In summary, the composition and structure of nitrogen-doped carbon (NC) materials synthesized using acetonitrile and calcium tartrate can be tuned via the synthesis temperature ranging from 650 to 850 °C. Synthesis results in the inclusion of 4–6 at% nitrogen mainly in the form of pyridinic N, hydrogenated N, and graphitic N. The sample grown at 650 °C (NC-650) had the highest concentration of small pores of less than 5 nm in size, the largest surface area of 770 m²·g⁻¹, and the highest pore volume of 1.3 cm³·g⁻¹. In addition, in this sample, the lowest total nitrogen content, the lowest fraction of graphitic N, and a greater number of defects in the graphitic structure were found. The electrochemical testing of the synthesized NC materials revealed a high reversible capacity of 86–120 mA·h·g⁻¹ in SIBs and 223–489 mA·h·g⁻¹ in LIBs at a current density of 1 A·g⁻¹ and potentials below 1 V vs.
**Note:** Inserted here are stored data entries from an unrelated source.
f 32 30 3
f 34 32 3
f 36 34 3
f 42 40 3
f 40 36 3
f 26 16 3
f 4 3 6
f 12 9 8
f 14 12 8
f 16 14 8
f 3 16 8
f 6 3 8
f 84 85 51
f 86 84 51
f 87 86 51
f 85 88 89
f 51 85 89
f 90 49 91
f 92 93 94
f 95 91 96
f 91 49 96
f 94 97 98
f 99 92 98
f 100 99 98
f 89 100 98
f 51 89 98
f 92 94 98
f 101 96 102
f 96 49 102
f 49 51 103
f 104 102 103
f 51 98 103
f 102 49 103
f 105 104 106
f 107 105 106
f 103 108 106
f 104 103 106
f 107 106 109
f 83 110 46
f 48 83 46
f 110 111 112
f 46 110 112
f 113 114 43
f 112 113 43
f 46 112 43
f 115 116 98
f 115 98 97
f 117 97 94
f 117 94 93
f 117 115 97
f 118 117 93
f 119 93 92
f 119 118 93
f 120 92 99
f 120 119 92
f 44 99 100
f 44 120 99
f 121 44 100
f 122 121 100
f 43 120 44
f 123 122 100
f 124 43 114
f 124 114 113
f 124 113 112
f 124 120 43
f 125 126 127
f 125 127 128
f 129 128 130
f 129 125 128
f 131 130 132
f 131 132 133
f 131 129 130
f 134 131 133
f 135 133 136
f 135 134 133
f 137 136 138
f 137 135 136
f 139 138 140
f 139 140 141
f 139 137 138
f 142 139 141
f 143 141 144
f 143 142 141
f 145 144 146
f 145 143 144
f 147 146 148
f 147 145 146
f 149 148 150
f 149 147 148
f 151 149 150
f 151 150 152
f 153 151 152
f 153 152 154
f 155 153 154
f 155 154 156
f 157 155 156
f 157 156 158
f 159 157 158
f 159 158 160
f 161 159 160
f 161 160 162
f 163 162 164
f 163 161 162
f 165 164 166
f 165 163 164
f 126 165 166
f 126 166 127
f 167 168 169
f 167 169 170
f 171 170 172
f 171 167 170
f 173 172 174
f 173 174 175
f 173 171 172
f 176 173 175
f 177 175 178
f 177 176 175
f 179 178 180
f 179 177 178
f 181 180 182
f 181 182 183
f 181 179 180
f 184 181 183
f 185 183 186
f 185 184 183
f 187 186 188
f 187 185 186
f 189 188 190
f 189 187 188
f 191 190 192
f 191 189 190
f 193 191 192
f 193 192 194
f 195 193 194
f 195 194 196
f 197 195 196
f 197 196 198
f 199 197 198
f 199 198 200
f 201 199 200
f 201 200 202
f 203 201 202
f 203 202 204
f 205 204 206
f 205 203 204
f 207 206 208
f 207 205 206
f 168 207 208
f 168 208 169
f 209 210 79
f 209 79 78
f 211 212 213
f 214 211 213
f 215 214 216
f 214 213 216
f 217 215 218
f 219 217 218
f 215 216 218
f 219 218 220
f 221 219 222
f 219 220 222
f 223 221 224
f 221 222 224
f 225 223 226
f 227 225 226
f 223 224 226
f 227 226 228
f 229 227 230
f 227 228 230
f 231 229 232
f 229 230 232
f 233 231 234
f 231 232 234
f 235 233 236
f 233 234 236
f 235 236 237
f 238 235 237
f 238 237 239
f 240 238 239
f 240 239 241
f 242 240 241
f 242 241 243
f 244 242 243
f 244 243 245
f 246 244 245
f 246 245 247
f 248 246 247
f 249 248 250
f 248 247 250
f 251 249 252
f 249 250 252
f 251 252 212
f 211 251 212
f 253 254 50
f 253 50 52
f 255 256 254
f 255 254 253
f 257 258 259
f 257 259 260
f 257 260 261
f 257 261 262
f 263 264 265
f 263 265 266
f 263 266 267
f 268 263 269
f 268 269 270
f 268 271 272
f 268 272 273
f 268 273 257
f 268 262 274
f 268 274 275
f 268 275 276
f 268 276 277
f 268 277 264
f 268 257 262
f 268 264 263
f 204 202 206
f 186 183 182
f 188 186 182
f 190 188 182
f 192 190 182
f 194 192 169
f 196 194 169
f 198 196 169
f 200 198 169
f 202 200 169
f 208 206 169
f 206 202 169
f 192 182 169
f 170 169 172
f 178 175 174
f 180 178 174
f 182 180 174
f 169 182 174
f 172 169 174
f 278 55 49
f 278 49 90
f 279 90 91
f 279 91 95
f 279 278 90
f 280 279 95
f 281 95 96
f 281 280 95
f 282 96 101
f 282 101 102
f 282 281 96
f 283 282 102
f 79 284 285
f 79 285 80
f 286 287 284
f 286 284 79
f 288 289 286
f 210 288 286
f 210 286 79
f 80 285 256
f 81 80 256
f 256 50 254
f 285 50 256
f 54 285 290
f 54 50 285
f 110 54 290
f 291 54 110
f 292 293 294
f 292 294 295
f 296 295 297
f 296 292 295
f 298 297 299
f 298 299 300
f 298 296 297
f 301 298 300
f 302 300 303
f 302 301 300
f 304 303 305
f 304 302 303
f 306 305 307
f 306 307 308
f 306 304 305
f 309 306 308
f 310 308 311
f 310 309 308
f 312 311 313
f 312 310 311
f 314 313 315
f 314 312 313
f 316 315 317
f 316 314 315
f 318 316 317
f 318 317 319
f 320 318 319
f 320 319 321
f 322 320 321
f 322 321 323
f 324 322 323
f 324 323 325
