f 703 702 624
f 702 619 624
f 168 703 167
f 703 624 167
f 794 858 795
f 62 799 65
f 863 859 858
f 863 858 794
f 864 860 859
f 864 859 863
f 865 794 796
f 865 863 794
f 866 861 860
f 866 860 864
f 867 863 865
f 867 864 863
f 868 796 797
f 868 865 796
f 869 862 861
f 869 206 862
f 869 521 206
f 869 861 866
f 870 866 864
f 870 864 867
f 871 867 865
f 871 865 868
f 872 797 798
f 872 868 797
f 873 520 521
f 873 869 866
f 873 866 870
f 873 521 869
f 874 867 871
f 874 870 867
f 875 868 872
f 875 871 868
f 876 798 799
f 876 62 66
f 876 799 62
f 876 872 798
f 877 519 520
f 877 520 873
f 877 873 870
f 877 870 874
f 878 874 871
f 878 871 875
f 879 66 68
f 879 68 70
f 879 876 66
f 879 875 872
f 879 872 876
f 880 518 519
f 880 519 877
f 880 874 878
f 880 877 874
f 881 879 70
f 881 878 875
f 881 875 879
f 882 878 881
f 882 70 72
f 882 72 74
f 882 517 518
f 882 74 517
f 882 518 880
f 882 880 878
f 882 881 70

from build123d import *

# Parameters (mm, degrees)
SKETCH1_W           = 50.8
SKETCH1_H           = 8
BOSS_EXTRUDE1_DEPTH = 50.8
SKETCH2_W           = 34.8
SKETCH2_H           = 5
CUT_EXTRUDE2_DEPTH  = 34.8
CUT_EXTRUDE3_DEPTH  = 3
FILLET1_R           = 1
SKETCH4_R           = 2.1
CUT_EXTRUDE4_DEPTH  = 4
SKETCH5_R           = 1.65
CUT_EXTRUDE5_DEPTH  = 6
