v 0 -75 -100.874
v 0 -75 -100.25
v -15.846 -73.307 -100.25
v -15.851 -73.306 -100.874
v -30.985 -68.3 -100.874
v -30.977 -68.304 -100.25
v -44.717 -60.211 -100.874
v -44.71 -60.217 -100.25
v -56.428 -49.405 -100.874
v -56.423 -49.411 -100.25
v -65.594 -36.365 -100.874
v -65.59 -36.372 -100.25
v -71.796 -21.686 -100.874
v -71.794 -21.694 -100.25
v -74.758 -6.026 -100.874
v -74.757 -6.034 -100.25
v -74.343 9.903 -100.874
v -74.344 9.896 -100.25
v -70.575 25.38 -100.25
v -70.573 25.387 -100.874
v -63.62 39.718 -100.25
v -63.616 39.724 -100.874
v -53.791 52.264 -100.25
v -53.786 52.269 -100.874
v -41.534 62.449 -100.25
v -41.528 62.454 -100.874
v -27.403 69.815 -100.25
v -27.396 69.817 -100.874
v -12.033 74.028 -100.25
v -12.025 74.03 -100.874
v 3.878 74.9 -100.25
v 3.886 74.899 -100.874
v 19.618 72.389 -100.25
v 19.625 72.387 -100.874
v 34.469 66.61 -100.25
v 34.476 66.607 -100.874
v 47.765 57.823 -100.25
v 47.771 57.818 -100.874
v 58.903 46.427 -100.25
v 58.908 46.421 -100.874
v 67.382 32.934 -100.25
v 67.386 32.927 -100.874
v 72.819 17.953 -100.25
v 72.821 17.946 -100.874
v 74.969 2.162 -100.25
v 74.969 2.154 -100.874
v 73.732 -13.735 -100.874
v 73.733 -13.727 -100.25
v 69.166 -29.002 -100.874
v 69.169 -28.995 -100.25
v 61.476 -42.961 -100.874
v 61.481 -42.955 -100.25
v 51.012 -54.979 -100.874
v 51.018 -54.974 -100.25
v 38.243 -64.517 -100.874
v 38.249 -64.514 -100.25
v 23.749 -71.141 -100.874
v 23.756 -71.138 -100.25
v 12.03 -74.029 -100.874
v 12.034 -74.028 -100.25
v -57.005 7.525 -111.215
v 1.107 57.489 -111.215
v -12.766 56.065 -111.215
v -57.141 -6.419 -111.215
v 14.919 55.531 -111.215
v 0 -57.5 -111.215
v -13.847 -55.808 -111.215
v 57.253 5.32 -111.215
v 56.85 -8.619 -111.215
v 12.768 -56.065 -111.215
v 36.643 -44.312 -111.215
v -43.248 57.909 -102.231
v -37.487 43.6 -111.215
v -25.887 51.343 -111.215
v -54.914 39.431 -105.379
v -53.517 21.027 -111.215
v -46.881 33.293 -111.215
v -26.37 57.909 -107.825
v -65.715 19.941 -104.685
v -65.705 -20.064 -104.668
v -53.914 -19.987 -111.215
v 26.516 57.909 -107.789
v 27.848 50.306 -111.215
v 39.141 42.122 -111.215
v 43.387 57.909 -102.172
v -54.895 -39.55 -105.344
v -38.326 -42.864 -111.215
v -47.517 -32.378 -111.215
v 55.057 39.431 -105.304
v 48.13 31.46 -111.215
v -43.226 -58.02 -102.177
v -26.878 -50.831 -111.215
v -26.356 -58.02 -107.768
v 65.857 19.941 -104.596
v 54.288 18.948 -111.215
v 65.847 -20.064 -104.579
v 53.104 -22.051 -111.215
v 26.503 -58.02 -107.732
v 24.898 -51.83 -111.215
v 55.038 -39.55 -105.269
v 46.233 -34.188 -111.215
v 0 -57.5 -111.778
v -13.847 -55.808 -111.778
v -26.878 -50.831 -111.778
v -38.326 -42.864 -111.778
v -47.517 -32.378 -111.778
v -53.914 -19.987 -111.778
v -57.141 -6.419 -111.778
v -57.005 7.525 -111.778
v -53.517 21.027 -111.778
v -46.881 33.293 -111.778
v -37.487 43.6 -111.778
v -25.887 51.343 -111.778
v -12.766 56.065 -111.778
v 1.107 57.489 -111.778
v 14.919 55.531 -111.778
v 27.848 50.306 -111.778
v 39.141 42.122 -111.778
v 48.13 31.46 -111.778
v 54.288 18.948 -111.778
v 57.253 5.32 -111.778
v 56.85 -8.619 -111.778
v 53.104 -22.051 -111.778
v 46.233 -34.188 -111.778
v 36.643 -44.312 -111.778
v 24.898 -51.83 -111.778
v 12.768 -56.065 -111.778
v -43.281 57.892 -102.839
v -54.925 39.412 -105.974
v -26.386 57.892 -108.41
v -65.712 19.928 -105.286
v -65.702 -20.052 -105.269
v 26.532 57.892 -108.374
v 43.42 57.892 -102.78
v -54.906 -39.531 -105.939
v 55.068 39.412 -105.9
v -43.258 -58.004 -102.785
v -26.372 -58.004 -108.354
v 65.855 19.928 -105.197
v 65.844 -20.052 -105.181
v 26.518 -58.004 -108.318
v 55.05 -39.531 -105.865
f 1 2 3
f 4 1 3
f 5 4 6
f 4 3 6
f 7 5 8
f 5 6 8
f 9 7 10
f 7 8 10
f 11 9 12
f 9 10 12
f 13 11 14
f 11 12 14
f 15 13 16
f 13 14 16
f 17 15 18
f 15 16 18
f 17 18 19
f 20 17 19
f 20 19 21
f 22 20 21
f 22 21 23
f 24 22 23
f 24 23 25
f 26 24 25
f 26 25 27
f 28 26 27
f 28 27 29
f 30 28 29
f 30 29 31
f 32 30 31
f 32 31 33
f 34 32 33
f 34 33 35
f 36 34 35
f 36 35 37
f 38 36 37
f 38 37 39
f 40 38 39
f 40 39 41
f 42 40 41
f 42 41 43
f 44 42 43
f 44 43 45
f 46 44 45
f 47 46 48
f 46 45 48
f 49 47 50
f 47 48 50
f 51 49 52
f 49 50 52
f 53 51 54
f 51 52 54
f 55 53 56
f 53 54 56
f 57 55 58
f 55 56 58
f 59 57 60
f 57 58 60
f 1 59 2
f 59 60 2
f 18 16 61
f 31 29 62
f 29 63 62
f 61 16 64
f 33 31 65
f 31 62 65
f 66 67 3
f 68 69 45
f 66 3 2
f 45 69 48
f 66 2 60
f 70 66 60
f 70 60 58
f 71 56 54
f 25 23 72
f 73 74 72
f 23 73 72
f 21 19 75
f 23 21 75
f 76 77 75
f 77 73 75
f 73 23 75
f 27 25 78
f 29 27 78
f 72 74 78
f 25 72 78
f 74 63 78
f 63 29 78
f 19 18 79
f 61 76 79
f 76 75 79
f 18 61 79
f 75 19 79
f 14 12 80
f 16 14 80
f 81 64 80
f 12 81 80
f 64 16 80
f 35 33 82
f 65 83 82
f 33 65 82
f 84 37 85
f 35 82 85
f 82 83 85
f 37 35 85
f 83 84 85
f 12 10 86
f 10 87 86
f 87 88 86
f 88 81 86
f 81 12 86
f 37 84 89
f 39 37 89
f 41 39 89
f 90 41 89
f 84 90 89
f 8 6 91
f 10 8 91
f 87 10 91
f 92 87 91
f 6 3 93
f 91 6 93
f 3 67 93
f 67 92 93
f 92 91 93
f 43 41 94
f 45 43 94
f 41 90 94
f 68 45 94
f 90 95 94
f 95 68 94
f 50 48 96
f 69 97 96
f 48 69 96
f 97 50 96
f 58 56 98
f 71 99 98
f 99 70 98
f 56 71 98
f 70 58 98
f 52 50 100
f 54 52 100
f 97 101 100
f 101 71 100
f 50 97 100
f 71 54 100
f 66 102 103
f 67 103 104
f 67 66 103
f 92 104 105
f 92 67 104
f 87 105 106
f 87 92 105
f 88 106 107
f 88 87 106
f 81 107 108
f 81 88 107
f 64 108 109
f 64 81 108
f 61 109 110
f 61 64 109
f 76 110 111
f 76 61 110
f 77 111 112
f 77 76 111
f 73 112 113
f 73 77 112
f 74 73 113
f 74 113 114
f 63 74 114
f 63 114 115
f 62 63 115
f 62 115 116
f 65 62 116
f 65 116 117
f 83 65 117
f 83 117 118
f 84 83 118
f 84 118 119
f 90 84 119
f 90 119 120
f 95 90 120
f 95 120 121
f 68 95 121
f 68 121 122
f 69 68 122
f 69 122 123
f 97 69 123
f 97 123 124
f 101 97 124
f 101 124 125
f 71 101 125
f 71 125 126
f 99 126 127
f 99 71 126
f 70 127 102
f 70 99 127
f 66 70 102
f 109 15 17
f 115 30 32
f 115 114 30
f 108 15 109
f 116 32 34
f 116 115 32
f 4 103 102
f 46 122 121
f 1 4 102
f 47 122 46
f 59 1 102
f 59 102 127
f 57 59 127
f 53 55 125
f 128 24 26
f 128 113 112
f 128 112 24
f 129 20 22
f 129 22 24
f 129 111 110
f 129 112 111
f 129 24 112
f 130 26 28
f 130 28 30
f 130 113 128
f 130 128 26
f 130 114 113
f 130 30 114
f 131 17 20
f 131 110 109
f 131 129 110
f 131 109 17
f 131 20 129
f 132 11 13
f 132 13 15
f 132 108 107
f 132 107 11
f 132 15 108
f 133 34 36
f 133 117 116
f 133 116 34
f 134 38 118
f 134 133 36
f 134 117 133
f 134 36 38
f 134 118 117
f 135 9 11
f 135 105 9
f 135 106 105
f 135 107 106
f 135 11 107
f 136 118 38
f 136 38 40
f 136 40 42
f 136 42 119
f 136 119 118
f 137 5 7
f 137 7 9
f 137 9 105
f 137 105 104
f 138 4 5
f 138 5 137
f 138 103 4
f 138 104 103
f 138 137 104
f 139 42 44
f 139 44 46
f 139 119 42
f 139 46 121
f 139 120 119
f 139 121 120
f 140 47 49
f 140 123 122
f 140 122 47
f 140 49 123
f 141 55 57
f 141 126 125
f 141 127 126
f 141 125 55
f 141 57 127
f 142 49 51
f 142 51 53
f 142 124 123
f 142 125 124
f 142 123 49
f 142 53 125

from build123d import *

# Parameters (mm, degrees)
REVOLVE_1_ANGLE      = 180
SHELL_1_T            = 0.5
SKETCH_2_OUTSIDE_W   = 328.82
SKETCH_2_OUTSIDE_H   = 328.82
SKETCH_2_OUTSIDE_R   = 75
SKETCH_2_OUTSIDE_R_2 = 57.5
CUT_EXTRUDE_1_DEPTH  = 323


with BuildPart() as part:
    # 草图1 → 旋转1 (revolve)
    with BuildSketch(Plane.XY):
        with BuildLine():
            Line((0, -125.2), (0, 125.2))
            ThreePointArc((0, 125.2), (-125.2, 0), (0, -125.2))
        make_face()
    revolve(axis=Axis((0, 175.755690027, 0), (0, -1, 0)), revolution_arc=REVOLVE_1_ANGLE)

    # 抽壳1
    shell_1_openings = [part.faces().sort_by_distance(p)[0] for p in [
        (0, 0, 0),
    ]]
    offset(amount=SHELL_1_T, openings=shell_1_openings)

    # 草图2 outside → 切除-拉伸1 (cut)
    with BuildSketch(Plane(origin=(0, 0, 0), x_dir=(1, 0, 0), z_dir=(0, 0, -1))):
        Rectangle(SKETCH_2_OUTSIDE_W, SKETCH_2_OUTSIDE_H)
        with Locations(Location((0, 0, 0), (0, 0, 90))):
            Circle(SKETCH_2_OUTSIDE_R, mode=Mode.SUBTRACT)
        with Locations(Location((0, 0, 0), (0, 0, 90))):
            Circle(SKETCH_2_OUTSIDE_R_2)
    extrude(amount=CUT_EXTRUDE_1_DEPTH, mode=Mode.SUBTRACT)


solid = part.part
Na/Na⁺ and Li/Li⁺, as well as their stabilities during long-term cycling. The NC electrodes exhibited a capacitive character in the storage of alkali metals, especially in the case of sodium, which is related to their reversible adsorption on the surface of NC. Lithium diffusion processes contribute more to electrode capacity than sodium ones due to the ability of lithium to intercalate into the interlayer spaces of graphitic materials. The presence on the surface of NC-650 of a large number of sites capable to adsorb metal ions ensured the highest capacity values of 489–1158 mA·h·g⁻¹ in SIBs and 120–182 mA·h·g⁻¹ in LIBs at current densities of 1.0–0.05 A·g⁻¹. The in situ NEXAFS experiments and DFT calculations revealed that nitrogen and carbon atoms located at the edges of vacancy defects are strongly bonded to Na and can explain the high irreversible capacities of the NC electrodes in the first cycles. The adsorption of Na or Li in the regions around the sodiated or lithiated vacancy defects, topological defects, and hydrogenated and graphitic nitrogen groups can contribute to the slope regions of the charge–discharge curves in a wide range of potentials. These results provide new insights for the design and fabrication of NC electrode materials for improved storage of Li⁺ and Na⁺ ions. They shed light on the nature of the defects, which could enable efficient sodium storage in SIB anodes.